There are a lot of people who did a lot to get the Cain’s to its 100-year mark, including – but certainly not limited to – Larry Shaeffer, who took the venue over as a young concert promoter in the mid-’70s (starting the Bob Wills birthday-weekend celebrations in the early ‘90s) and kept it going until 1999, along with the Rodgers family, who purchased it in the early 2000s and almost immediately made wide-ranging, and much-needed, renovations. Chad and Hunter Rodgers continue to successfully book a wide-ranging array of acts into the Cain’s, just as Shaeffer did.
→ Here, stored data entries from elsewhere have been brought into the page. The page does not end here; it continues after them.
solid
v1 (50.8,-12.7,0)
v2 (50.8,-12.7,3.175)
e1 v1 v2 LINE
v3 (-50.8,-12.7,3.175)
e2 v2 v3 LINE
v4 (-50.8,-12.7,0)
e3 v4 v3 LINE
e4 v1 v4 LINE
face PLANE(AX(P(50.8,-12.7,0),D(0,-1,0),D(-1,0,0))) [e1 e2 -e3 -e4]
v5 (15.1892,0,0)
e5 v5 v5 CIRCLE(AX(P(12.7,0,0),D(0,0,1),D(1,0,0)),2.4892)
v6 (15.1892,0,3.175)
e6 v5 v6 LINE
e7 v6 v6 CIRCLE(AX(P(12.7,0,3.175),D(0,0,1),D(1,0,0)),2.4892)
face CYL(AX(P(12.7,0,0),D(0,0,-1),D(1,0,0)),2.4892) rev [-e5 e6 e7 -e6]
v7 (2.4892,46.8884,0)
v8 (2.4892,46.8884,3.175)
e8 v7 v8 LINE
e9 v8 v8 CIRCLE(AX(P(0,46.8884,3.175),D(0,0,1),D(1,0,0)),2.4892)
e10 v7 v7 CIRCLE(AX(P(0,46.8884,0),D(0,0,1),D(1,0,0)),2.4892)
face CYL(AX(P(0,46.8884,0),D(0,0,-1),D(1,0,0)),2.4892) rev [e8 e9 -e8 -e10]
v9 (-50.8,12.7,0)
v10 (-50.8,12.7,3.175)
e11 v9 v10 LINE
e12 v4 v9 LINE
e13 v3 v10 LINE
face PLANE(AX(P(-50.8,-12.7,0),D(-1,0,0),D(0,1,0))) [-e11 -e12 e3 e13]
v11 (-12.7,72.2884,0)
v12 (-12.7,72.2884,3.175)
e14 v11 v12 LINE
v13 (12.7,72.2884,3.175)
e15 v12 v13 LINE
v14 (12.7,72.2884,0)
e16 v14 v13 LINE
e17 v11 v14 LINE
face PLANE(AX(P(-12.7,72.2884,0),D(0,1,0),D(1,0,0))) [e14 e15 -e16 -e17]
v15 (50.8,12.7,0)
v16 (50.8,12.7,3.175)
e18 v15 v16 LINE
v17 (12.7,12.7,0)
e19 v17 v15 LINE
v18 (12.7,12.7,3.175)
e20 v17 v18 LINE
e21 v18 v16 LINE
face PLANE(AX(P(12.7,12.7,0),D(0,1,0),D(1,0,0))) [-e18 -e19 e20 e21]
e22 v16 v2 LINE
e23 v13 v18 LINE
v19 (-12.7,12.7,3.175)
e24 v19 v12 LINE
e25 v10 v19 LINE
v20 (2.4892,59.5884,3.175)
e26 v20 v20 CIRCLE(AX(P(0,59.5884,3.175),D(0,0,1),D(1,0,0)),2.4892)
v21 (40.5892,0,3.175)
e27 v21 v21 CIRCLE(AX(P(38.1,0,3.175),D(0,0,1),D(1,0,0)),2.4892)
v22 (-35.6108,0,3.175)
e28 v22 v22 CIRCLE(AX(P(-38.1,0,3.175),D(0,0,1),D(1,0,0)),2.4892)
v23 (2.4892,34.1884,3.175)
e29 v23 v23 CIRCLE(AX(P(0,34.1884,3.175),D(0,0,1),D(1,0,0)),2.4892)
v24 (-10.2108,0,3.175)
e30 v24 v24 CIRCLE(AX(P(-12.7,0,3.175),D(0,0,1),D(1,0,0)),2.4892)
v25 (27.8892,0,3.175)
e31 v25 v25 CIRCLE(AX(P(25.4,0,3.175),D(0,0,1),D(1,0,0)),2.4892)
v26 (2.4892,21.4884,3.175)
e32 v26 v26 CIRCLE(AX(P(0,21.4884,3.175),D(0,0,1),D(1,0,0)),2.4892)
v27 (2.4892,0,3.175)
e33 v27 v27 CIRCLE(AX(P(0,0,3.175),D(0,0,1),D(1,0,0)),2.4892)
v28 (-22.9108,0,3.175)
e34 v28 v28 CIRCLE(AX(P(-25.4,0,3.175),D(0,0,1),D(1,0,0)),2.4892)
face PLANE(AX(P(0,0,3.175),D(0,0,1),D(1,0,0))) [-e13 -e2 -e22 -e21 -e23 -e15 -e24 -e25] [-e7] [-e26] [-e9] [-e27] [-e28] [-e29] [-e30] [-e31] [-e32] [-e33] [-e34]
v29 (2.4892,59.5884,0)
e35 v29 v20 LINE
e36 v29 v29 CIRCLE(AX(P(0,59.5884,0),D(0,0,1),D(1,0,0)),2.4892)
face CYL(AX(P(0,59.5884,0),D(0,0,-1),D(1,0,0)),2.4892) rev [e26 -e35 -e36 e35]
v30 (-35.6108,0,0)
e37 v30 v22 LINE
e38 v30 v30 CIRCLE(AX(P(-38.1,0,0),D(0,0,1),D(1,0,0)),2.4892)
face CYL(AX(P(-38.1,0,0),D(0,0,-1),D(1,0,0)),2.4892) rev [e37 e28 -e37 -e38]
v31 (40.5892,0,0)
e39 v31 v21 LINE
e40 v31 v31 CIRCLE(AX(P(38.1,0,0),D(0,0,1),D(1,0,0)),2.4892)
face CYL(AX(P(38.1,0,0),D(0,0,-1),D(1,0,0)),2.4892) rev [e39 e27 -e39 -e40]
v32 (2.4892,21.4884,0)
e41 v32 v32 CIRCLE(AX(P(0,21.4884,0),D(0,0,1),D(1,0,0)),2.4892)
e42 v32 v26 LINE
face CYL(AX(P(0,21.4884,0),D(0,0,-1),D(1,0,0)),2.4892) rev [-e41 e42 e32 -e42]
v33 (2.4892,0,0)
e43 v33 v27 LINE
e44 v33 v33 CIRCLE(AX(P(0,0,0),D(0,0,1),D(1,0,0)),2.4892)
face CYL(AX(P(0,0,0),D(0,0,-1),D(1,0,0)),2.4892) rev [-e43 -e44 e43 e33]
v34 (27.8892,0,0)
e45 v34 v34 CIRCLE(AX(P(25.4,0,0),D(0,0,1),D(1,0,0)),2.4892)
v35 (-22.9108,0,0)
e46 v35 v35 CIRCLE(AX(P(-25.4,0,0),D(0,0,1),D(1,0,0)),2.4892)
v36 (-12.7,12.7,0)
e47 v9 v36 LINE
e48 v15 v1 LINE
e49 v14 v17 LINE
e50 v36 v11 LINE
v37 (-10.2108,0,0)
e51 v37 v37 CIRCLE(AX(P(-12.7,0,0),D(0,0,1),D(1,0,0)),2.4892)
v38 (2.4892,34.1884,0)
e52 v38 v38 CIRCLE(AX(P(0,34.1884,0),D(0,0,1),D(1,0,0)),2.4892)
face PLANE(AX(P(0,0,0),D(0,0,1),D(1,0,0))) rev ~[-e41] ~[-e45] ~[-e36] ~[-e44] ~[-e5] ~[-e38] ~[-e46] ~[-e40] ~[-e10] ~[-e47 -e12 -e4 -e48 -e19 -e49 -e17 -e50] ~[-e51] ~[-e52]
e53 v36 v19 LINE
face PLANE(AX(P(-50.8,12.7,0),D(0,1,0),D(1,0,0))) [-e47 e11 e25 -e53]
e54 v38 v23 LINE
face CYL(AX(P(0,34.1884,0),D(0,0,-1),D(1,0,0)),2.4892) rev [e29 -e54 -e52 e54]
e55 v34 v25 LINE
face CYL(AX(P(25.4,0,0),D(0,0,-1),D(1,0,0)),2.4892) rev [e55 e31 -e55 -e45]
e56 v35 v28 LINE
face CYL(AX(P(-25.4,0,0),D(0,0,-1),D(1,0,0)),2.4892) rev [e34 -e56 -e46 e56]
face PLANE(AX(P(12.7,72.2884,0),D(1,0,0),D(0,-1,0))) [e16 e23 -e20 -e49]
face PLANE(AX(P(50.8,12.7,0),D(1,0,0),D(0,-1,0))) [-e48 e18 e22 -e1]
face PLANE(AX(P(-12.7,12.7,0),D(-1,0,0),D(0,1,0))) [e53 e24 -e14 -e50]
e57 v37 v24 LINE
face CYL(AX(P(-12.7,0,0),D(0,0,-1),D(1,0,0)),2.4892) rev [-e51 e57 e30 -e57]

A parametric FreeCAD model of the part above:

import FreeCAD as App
import Part
import Sketcher
from FreeCAD import Vector
Q = App.Units.Quantity

doc = App.newDocument("Part")
body = doc.addObject("PartDesign::Body", "Body")

sketch1 = body.newObject("Sketcher::SketchObject", "Sketch")
sketch1.AttachmentSupport = (doc.getObject("XY_Plane"), [""])
sketch1.MapMode = "FlatFace"
sketch1.addGeometry(Part.LineSegment(Vector(50.8, -12.7, 0), Vector(50.8, 12.7, 0)), False)
sketch1.addGeometry(Part.LineSegment(Vector(50.8, 12.7, 0), Vector(12.7, 12.7, 0)), False)
sketch1.addGeometry(Part.LineSegment(Vector(12.7, 12.7, 0), Vector(12.7, 72.3, 0)), False)
sketch1.addGeometry(Part.LineSegment(Vector(12.7, 72.3, 0), Vector(-12.7, 72.3, 0)), False)
sketch1.addGeometry(Part.LineSegment(Vector(-12.7, 72.3, 0), Vector(-12.7, 12.7, 0)), False)
sketch1.addGeometry(Part.LineSegment(Vector(-12.7, 12.7, 0), Vector(-50.8, 12.7, 0)), False)
sketch1.addGeometry(Part.LineSegment(Vector(-50.8, 12.7, 0), Vector(-50.8, -12.7, 0)), False)
sketch1.addGeometry(Part.LineSegment(Vector(-50.8, -12.7, 0), Vector(50.8, -12.7, 0)), False)
sketch1.addGeometry(Part.Circle(Vector(-38.1, 0, 0), Vector(0, 0, 1), 2.5), False)
sketch1.addGeometry(Part.Circle(Vector(-25.4, 0, 0), Vector(0, 0, 1), 2.5), False)
sketch1.addGeometry(Part.Circle(Vector(-12.7, 0, 0), Vector(0, 0, 1), 2.5), False)
sketch1.addGeometry(Part.Circle(Vector(0, 0, 0), Vector(0, 0, 1), 2.5), False)
sketch1.addGeometry(Part.Circle(Vector(0, 21.5, 0), Vector(0, 0, 1), 2.5), False)
sketch1.addGeometry(Part.Circle(Vector(12.7, 0, 0), Vector(0, 0, 1), 2.5), False)
sketch1.addGeometry(Part.Circle(Vector(25.4, 0, 0), Vector(0, 0, 1), 2.5), False)
sketch1.addGeometry(Part.Circle(Vector(38.1, 0, 0), Vector(0, 0, 1), 2.5), False)
sketch1.addGeometry(Part.Circle(Vector(0, 34.2, 0), Vector(0, 0, 1), 2.5), False)
sketch1.addGeometry(Part.Circle(Vector(0, 46.9, 0), Vector(0, 0, 1), 2.5), False)
sketch1.addGeometry(Part.Circle(Vector(0, 59.6, 0), Vector(0, 0, 1), 2.5), False)
sketch1.addConstraint(Sketcher.Constraint("Coincident", 0, 2, 1, 1))
sketch1.addConstraint(Sketcher.Constraint("Coincident", 1, 2, 2, 1))
sketch1.addConstraint(Sketcher.Constraint("Coincident", 2, 2, 3, 1))
sketch1.addConstraint(Sketcher.Constraint("Coincident", 3, 2, 4, 1))
sketch1.addConstraint(Sketcher.Constraint("Coincident", 4, 2, 5, 1))
sketch1.addConstraint(Sketcher.Constraint("Coincident", 5, 2, 6, 1))
sketch1.addConstraint(Sketcher.Constraint("Coincident", 6, 2, 7, 1))
sketch1.addConstraint(Sketcher.Constraint("Coincident", 7, 2, 0, 1))
sketch1.addConstraint(Sketcher.Constraint("Vertical", 0))
sketch1.addConstraint(Sketcher.Constraint("Horizontal", 1))
sketch1.addConstraint(Sketcher.Constraint("Vertical", 2))
sketch1.addConstraint(Sketcher.Constraint("Horizontal", 3))
sketch1.addConstraint(Sketcher.Constraint("Vertical", 4))
sketch1.addConstraint(Sketcher.Constraint("Horizontal", 5))
sketch1.addConstraint(Sketcher.Constraint("Vertical", 6))
sketch1.addConstraint(Sketcher.Constraint("Horizontal", 7))
sketch1.addConstraint(Sketcher.Constraint("Coincident", 11, 3, -1, 1))
sketch1.addConstraint(Sketcher.Constraint("Equal", 8, 9))
sketch1.addConstraint(Sketcher.Constraint("Equal", 9, 10))
sketch1.addConstraint(Sketcher.Constraint("Equal", 10, 11))
sketch1.addConstraint(Sketcher.Constraint("Equal", 11, 12))
sketch1.addConstraint(Sketcher.Constraint("Equal", 12, 13))
sketch1.addConstraint(Sketcher.Constraint("Equal", 13, 14))
sketch1.addConstraint(Sketcher.Constraint("Equal", 14, 15))
sketch1.addConstraint(Sketcher.Constraint("Equal", 15, 16))
sketch1.addConstraint(Sketcher.Constraint("Equal", 16, 17))
sketch1.addConstraint(Sketcher.Constraint("Equal", 17, 18))
sketch1.addConstraint(Sketcher.Constraint("Symmetric", 10, 3, 13, 3, -1, 1))
sketch1.addConstraint(Sketcher.Constraint("Symmetric", 9, 3, 14, 3, -1, 1))
sketch1.addConstraint(Sketcher.Constraint("Symmetric", 8, 3, 15, 3, -1, 1))
sketch1.addConstraint(Sketcher.Constraint("Symmetric", 0, 2, 6, 2, -1, 1))
sketch1.addConstraint(Sketcher.Constraint("Symmetric", 1, 2, 4, 2, -2))
sketch1.addConstraint(Sketcher.Constraint("PointOnObject", 8, 3, -1))
sketch1.addConstraint(Sketcher.Constraint("PointOnObject", 9, 3, -1))
sketch1.addConstraint(Sketcher.Constraint("PointOnObject", 10, 3, -1))
sketch1.addConstraint(Sketcher.Constraint("PointOnObject", 12, 3, -2))
sketch1.addConstraint(Sketcher.Constraint("PointOnObject", 16, 3, -2))
sketch1.addConstraint(Sketcher.Constraint("PointOnObject", 17, 3, -2))
sketch1.addConstraint(Sketcher.Constraint("PointOnObject", 18, 3, -2))
sketch1.addConstraint(Sketcher.Constraint("Vertical", 13, 3, 1, 2))
sketch1.addConstraint(Sketcher.Constraint("Equal", 3, 0))
sketch1.addConstraint(Sketcher.Constraint("DistanceX", 3, 2, 3, 1, Q("1 in")))
sketch1.addConstraint(Sketcher.Constraint("Diameter", 8, Q("0.196 in")))
sketch1.addConstraint(Sketcher.Constraint("DistanceX", 9, 3, -1, 1, Q("1 in")))
sketch1.addConstraint(Sketcher.Constraint("DistanceX", 8, 3, 10, 3, Q("1 in")))
sketch1.addConstraint(Sketcher.Constraint("DistanceY", 12, 3, 17, 3, Q("1 in")))
sketch1.addConstraint(Sketcher.Constraint("DistanceY", 16, 3, 18, 3, Q("1 in")))
sketch1.addConstraint(Sketcher.Constraint("DistanceX", 14, 3, 0, 2, Q("1 in")))
sketch1.addConstraint(Sketcher.Constraint("DistanceY", 17, 3, 2, 2, Q("1 in")))
sketch1.addConstraint(Sketcher.Constraint("DistanceY", 12, 3, 16, 3, Q("0.5 in")))
sketch1.addConstraint(Sketcher.Constraint("DistanceY", -1, 1, 12, 3, Q("0.846 in")))
pad1 = body.newObject("PartDesign::Pad", "Pad")
pad1.Profile = sketch1
pad1.Length = Q("0.125 in")

doc.recompute()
I think, though, that sometimes O.W. Mayo doesn’t get quite the credit he deserves in all of this. Not only was he the one who got Wills and his Playboys on KVOO; he also (1) negotiated the deal that gave the group the Cain’s for its home base and (2) ended up owning the place from 1944 until 1972. In addition, he’s the man responsible for the unique gallery of long-ago performers who look down from the ballroom’s walls. For a long time, that array also included a photo of KVOO’s W.B. Way; and still today, if you take a good look around, among the stars of 70-plus years ago you’ll see a big picture of Howard Turner, as well as one of O.W. Mayo himself.
Which, I believe, is exactly how it should be.